MMS and Alliance Charitable Foundation 2010-2011 Grants

Community Action & Care for the Medically Underinsured

  • AIDS Project Worcester - $32,000 to expand the organization's current free and anonymous HIV testing services to include testing for sexually transmitted infections.
  • Amherst Survival Center - $15,000 to support a part time clinic coordinator who will work with patients to connect them with primary care and specialty services, arrange transportation, serve as an advocate, and keep track of appointments and medications.
  • Duffy Health Center - $7,500 to expand the Office-Based Opioid Treatment Program started in 2004; which provides a comprehensive patient support system during the long transition from addiction to recovery.
  • Father Bill's & MainSpring - $15,000 to support the MainSpring Clinic Project in Brockton which provides basic medical care, tests, and screenings, and helps patients with insurance and referrals to primary care physicians.
  • Metro West Free Medical Program - $25,000 to expand services provided by volunteer physicians at the Sudbury and Framingham locations to include routine screening for chronic disease screening and to improve the health literacy of patients.
  • Open Door Free Medical Program - $7,500 to support expansion of its physician-led volunteer initiative to include a mental health component.
  • Boys & Girls Clubs of MetroWest- $10,000 to support the agency's Triple Play Program for Marlborough youth in grades 2-7. The program demonstrates how eating right, keeping fit and forming positive relationships lead to a healthy lifestyle.
  • Hearth, Inc. - $5,000 to support the agency's Outreach Program that provides housing search, placement, and stabilization services to homeless elders; and prevention services to elders at risk of homelessness.
  • Lynn Community Health Center - $25,000 to increase the health education and outreach efforts of its Teen Health Ambassadors in the areas of pregnancy prevention, STD/HIV education and prevention, domestic violence assessment and education, and access to health care services.
  • Milford Regional Medical Center - $7,500 to support efforts of volunteer medical staff and community partners in its tuberculosis program.
  • The Albert Schweitzer Fellowship - $25,000 to support the Boston Schweitzer Fellows Program, one of ten such programs in the U.S. The Fellows Program supports students in medicine and other health professions who are engaged in community service projects that promote health and improve access to health care for underserved populations.

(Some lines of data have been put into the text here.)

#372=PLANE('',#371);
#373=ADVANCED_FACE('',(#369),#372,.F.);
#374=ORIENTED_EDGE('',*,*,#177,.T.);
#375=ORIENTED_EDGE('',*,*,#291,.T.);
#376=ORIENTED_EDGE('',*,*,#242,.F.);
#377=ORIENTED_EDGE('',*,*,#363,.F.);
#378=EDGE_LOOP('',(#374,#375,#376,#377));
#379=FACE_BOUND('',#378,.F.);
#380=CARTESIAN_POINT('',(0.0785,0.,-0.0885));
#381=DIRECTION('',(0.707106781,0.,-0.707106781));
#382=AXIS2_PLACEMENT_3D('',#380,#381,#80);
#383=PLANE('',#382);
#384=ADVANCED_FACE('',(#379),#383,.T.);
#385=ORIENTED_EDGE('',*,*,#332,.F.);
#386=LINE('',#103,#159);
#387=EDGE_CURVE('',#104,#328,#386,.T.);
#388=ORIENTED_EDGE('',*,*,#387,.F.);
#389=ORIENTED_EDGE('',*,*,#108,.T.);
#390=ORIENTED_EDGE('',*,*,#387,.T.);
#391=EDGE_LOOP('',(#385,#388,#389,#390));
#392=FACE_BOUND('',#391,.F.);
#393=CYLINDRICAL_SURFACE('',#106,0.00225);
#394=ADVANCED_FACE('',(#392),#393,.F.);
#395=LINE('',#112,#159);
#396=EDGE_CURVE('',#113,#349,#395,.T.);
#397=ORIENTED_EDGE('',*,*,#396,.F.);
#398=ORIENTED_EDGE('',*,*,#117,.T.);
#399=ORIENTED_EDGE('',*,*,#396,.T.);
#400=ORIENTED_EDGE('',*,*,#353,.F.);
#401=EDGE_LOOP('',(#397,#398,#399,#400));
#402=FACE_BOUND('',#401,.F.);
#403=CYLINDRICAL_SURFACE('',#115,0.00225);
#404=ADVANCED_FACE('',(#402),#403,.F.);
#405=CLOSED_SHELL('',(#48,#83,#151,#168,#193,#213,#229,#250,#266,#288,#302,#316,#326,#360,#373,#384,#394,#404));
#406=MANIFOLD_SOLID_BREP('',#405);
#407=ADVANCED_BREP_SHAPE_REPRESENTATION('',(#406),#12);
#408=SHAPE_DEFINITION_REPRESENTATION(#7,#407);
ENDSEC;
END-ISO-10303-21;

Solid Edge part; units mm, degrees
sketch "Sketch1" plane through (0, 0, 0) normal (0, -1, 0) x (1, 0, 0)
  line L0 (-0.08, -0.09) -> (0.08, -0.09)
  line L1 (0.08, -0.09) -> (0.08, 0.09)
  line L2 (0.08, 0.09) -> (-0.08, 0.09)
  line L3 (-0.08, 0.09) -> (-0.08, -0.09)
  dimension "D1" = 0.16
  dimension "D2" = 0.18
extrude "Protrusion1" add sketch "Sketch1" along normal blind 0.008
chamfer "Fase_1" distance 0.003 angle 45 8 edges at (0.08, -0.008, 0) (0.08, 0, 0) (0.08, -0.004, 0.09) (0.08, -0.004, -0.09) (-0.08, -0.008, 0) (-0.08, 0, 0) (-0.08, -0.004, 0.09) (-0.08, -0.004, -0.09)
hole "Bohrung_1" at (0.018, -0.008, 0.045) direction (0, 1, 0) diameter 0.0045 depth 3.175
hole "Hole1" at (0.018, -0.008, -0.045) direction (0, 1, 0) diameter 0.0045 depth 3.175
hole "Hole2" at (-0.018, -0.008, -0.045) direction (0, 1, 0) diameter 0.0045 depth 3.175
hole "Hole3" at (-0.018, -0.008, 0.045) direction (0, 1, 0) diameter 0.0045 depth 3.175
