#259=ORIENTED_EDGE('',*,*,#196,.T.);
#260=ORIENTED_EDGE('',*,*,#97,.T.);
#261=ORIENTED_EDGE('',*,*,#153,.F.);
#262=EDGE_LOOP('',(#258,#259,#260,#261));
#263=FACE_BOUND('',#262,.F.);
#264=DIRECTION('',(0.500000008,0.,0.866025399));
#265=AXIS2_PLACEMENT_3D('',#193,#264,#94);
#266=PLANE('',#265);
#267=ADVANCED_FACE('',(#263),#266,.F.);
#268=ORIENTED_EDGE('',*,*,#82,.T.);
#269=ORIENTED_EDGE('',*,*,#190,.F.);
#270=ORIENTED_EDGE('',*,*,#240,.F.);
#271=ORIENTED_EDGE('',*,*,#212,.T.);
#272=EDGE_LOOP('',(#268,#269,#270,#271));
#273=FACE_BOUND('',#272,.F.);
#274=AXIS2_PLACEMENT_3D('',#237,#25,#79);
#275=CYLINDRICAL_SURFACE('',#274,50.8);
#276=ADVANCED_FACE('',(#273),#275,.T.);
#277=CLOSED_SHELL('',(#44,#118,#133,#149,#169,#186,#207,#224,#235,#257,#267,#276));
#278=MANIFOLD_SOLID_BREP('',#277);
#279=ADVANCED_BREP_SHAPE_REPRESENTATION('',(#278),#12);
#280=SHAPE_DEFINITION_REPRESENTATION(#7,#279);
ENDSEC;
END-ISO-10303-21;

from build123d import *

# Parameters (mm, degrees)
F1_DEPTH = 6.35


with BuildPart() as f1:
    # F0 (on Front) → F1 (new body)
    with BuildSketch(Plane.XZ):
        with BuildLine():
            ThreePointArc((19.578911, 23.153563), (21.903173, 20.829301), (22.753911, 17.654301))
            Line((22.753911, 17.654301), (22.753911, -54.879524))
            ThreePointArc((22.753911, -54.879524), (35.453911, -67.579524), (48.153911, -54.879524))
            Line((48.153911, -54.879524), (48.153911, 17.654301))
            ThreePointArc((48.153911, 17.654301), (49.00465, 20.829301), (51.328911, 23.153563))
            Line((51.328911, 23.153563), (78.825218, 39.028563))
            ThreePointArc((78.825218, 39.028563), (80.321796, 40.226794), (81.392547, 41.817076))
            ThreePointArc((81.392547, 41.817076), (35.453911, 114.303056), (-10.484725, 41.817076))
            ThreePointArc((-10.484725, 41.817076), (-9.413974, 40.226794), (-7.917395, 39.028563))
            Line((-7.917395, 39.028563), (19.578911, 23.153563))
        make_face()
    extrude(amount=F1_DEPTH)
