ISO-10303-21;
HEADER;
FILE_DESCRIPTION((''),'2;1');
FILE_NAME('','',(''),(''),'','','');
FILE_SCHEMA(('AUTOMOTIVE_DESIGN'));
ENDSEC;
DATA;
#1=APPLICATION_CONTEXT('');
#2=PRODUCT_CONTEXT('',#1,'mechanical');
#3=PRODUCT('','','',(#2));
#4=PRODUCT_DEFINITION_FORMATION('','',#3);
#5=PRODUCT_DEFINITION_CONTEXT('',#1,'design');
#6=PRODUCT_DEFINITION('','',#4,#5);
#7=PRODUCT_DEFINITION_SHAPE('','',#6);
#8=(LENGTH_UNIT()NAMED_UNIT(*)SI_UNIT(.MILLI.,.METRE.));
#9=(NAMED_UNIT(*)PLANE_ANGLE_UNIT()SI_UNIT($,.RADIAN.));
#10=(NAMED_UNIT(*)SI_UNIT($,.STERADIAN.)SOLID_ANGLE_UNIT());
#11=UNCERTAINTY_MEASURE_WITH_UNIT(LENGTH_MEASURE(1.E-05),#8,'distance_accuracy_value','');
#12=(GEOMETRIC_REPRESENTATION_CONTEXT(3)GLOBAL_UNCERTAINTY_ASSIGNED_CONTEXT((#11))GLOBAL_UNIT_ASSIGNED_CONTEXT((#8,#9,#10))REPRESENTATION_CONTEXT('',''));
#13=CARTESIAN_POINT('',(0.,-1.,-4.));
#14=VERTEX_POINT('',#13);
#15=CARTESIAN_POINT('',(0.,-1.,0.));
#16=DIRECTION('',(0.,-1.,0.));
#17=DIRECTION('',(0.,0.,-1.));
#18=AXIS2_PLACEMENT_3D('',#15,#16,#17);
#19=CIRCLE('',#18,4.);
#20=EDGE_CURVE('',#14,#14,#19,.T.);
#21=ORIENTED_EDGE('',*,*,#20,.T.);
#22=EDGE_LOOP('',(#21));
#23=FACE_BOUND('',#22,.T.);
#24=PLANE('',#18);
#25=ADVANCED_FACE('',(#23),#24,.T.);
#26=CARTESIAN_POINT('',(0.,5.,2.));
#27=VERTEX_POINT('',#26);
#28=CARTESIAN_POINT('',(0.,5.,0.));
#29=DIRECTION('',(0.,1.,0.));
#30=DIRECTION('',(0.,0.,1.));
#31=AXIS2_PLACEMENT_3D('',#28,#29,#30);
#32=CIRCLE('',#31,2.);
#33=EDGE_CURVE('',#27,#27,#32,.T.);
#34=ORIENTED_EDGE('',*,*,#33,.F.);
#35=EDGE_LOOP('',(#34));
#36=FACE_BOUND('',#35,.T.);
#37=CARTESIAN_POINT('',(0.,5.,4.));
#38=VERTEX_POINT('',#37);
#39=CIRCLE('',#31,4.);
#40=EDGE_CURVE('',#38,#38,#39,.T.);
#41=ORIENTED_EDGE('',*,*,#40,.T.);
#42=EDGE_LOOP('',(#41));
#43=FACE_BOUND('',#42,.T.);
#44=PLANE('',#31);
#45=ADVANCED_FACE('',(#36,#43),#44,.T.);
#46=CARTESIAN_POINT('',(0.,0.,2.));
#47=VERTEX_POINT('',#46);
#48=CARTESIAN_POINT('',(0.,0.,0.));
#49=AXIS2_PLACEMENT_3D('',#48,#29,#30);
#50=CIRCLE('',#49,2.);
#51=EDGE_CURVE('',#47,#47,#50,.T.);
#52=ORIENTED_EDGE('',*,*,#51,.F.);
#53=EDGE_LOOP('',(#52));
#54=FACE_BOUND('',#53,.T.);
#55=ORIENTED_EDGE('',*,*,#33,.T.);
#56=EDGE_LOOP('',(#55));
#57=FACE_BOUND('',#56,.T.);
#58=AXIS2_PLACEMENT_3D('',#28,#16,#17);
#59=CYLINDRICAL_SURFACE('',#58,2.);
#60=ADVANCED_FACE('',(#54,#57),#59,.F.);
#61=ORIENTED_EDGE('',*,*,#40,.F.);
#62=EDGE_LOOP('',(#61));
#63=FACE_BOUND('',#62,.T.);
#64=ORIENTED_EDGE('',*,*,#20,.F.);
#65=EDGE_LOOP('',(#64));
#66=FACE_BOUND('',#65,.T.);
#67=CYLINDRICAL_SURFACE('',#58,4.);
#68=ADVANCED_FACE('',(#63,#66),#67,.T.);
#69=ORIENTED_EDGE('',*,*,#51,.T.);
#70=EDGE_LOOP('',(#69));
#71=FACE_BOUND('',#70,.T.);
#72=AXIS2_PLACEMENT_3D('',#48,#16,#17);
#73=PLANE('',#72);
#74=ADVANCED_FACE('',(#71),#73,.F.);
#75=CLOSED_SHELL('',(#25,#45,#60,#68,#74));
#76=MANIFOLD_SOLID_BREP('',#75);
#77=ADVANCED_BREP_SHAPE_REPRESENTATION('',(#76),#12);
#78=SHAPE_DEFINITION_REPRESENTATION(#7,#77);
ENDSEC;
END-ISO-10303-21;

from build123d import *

# Parameters (mm, degrees)
SKETCH1_R           = 4
SKETCH1_R_2         = 2
BOSS_EXTRUDE1_DEPTH = 5
BOSS_EXTRUDE2_START = 1
SKETCH3_R           = 4
BOSS_EXTRUDE2_DEPTH = 1


with BuildPart() as part:
    # Sketch1 → Boss-Extrude1 (new body)
    with BuildSketch(Plane(origin=(0, 0, 0), x_dir=(1, 0, 0), z_dir=(0, 1, 0))):
        with Locations(Location((0, 0, 0), (0, 0, 270))):
            Circle(SKETCH1_R)
        with Locations(Location((0, 0, 0), (0, 0, 270))):
            Circle(SKETCH1_R_2, mode=Mode.SUBTRACT)
    extrude(amount=BOSS_EXTRUDE1_DEPTH)

    # Sketch3 → Boss-Extrude2 (add)
    with BuildSketch(Plane.XZ.offset(BOSS_EXTRUDE2_START)):
        with Locations(Location((0, 0, 0), (0, 0, 270))):
            Circle(SKETCH3_R)
    extrude(amount=-BOSS_EXTRUDE2_DEPTH)


solid = part.part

International Health Studies

  • Oluwatoyin Ajayi, MD - a second-year resident in the Boston University Department of Family Medicine, will support doctors and nurses in health centers in Freetown, Sierra Leone, as they deliver much-needed medical care to local residents. Additionally, she will conduct surveys and focus groups among parents of young children to better understand health-seeking behavior within the community and gain a better understanding of the barriers to health care.
  • David Bayne - a fourth-year medical student at Harvard Medical School, will work at Partners in Health surgical center in Cange, Haiti. He will help coordinate surgical treatment between the visiting and onsite surgical teams and do post-operative follow-ups with patients.
  • Catalina Hoyos, MD - a third-year resident in the University of Massachusetts Pediatric Residency Program, will serve at the JFK Medical Center, one of the few hospitals in Monrovia, Liberia, where child can get free care. Dr. Hoyos will provide assistance on the 25-bed pediatric ward, the 5-crib NICU, and at the pediatric outpatient clinic, which cares for between 60 and 80 children each day. Additionally, she will help establish a chronic illness clinic for children.
  • Rose Leonard - a fourth-year medical student at Harvard Medical School, will work at the Community Health Clinic in Huehuetenango, Guatemala. In Guatemala, cervical cancer accounts for nearly 60% of cancer cases among women, according to the National Cancer Institute. Rose will pilot a "single visit screen-and-treat" method, which has proven simple, safe, and effective in developing countries. With the assistance of a trained expert, she will teach the local women's health care workers the technique for cervical cancer screening.